On Generalized Solutions to Some Problems in Electromagnetism and Geometric Optics

Abstract

The Maxwell equations of electromagnetism form the foundation of classical electromagnetism, and are of interest to mathematicians, physicists, and engineers alike. The first part of this thesis concerns boundary value problems for the anisotropic Maxwell equations in Lipschitz domains. In this case, the material parameters that arise in the Maxwell system are matrix valued functions. Using methods from functional analysis, global in time solutions to initial boundary value problems with general nonzero boundary data and nonzero current density are obtained, only assuming the material parameters are bounded and measurable. This problem is motivated by an electromagnetic inverse problem, similar to the classical Calder\'on inverse problem in Electrical Impedance Tomography. The second part of this thesis deals with materials having negative refractive index. Materials which possess a negative refractive index were postulated by Veselago in 1968, and since 2001 physicists were able to construct these materials in the laboratory.
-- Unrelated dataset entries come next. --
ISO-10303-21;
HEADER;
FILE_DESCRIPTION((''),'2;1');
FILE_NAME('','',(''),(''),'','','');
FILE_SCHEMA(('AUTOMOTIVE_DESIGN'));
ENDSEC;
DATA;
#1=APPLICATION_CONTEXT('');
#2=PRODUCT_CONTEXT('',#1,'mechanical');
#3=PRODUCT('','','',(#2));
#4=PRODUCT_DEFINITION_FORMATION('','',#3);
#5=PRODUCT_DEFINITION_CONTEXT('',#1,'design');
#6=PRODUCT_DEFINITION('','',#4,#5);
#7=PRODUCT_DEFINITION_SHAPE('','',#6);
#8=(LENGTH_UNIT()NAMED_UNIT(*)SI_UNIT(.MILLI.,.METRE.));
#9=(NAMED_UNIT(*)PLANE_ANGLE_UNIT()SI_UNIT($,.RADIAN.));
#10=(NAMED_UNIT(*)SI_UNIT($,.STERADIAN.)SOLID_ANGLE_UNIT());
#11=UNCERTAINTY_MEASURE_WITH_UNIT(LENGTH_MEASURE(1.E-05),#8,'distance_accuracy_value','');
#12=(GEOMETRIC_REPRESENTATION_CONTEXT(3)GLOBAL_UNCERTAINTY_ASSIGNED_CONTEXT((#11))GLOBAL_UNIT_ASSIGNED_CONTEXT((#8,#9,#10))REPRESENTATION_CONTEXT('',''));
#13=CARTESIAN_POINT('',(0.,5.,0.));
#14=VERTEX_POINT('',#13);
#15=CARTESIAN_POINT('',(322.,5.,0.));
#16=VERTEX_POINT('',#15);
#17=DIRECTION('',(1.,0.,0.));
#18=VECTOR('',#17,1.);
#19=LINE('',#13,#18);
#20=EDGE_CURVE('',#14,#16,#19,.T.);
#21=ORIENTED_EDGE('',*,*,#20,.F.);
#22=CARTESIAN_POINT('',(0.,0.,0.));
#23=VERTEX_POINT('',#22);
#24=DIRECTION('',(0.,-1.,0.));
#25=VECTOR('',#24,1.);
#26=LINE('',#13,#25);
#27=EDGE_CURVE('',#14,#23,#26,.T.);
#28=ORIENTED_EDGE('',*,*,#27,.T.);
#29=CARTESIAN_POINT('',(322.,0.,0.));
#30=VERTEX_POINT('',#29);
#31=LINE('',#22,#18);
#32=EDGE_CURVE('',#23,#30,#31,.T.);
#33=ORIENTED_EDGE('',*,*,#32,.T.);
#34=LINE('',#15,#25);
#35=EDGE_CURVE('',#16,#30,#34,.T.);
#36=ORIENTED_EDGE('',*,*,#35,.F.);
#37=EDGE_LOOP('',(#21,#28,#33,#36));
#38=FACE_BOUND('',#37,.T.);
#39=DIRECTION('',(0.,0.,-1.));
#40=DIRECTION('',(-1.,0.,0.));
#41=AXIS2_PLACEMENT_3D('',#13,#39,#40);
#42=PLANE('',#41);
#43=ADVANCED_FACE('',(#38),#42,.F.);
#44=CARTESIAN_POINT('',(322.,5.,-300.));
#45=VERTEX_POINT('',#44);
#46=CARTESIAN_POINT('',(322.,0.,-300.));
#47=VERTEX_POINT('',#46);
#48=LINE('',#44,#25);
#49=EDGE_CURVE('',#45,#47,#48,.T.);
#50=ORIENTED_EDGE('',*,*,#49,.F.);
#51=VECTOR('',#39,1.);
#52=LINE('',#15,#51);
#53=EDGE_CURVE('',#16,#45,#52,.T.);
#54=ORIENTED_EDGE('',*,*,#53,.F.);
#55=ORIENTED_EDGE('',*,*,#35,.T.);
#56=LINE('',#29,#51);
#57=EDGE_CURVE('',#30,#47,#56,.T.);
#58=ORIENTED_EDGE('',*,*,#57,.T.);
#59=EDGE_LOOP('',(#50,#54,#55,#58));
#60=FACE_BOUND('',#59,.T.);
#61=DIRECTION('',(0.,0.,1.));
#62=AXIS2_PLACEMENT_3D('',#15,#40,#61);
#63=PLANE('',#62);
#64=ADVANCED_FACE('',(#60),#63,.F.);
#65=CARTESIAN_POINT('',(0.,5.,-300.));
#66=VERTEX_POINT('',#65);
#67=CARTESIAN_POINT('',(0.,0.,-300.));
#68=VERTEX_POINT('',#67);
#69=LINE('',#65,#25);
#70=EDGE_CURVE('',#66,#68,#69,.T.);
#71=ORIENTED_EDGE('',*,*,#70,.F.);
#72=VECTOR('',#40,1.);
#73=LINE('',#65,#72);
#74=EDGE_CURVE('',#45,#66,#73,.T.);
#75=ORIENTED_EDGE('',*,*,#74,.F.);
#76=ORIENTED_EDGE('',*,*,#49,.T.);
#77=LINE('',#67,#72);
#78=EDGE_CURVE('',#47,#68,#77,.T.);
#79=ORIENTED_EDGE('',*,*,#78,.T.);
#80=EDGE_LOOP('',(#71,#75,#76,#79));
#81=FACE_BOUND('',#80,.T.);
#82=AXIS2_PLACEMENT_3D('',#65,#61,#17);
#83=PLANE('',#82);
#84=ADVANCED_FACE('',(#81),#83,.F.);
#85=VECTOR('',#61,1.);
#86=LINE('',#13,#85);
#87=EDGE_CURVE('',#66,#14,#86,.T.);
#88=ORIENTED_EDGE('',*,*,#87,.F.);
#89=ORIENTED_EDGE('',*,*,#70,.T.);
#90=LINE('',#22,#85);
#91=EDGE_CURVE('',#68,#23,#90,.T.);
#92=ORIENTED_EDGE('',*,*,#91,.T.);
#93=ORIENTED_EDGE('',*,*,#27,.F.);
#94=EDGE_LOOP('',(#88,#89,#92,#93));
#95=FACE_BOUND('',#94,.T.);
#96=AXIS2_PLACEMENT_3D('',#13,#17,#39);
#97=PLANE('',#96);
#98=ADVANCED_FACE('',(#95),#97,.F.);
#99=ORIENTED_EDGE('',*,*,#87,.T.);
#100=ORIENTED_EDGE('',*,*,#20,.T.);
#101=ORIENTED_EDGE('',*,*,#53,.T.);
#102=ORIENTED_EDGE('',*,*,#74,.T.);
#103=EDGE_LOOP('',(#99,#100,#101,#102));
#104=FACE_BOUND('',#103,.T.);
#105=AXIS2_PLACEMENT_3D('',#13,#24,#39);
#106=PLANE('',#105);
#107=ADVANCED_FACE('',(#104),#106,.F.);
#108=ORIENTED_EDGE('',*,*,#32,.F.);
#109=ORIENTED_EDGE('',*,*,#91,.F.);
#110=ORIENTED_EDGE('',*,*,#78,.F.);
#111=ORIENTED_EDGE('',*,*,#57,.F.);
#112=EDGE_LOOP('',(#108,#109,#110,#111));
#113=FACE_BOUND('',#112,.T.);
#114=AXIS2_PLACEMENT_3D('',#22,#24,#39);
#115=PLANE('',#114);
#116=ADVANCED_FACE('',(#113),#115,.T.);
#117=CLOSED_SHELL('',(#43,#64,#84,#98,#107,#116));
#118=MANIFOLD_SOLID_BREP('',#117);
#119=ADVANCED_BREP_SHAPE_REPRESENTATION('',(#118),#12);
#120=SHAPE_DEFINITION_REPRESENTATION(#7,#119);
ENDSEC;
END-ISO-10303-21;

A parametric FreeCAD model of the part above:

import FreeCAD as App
import Part
import Sketcher
from FreeCAD import Vector

doc = App.newDocument("Part")
body = doc.addObject("PartDesign::Body", "Body")

# Sketch on XZ plane
sketch1 = body.newObject("Sketcher::SketchObject", "Sketch")
sketch1.AttachmentSupport = (doc.getObject("XZ_Plane"), [""])
sketch1.MapMode = "FlatFace"
sketch1.addGeometry(Part.LineSegment(Vector(0, -300, 0), Vector(0, 0, 0)), False)
sketch1.addGeometry(Part.LineSegment(Vector(0, 0, 0), Vector(322, 0, 0)), False)
sketch1.addGeometry(Part.LineSegment(Vector(322, 0, 0), Vector(322, -300, 0)), False)
sketch1.addGeometry(Part.LineSegment(Vector(322, -300, 0), Vector(0, -300, 0)), False)
sketch1.addConstraint(Sketcher.Constraint("Coincident", 0, 2, 1, 1))
sketch1.addConstraint(Sketcher.Constraint("Coincident", 1, 2, 2, 1))
sketch1.addConstraint(Sketcher.Constraint("Coincident", 2, 2, 3, 1))
sketch1.addConstraint(Sketcher.Constraint("Coincident", 3, 2, 0, 1))
sketch1.addConstraint(Sketcher.Constraint("Vertical", 0))
sketch1.addConstraint(Sketcher.Constraint("Horizontal", 1))
sketch1.addConstraint(Sketcher.Constraint("Vertical", 2))
sketch1.addConstraint(Sketcher.Constraint("Horizontal", 3))
sketch1.addConstraint(Sketcher.Constraint("Coincident", 0, 2, -1, 1))
sketch1.addConstraint(Sketcher.Constraint("DistanceX", 1, 1, 1, 2, 322.0))
sketch1.addConstraint(Sketcher.Constraint("DistanceY", 0, 1, 0, 2, 300.0))
pad1 = body.newObject("PartDesign::Pad", "Pad")
pad1.Profile = sketch1
pad1.Length = 5
pad1.Reversed = True

doc.recompute()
The research on the behavior of these materials, called metamaterials, has been extremely active in recent years. We study here refraction problems in the setting of Negative Refractive Index Materials (NIMs). In particular, it is shown how to obtain weak solutions (defined similarly to Brenier solutions for the Monge-Amp\`ere equation) to these problems, both in the near and the far field. The far field problem can be treated using Optimal Transport techniques; as such, a fully nonlinear PDE of Monge-Amp\`ere type arises here.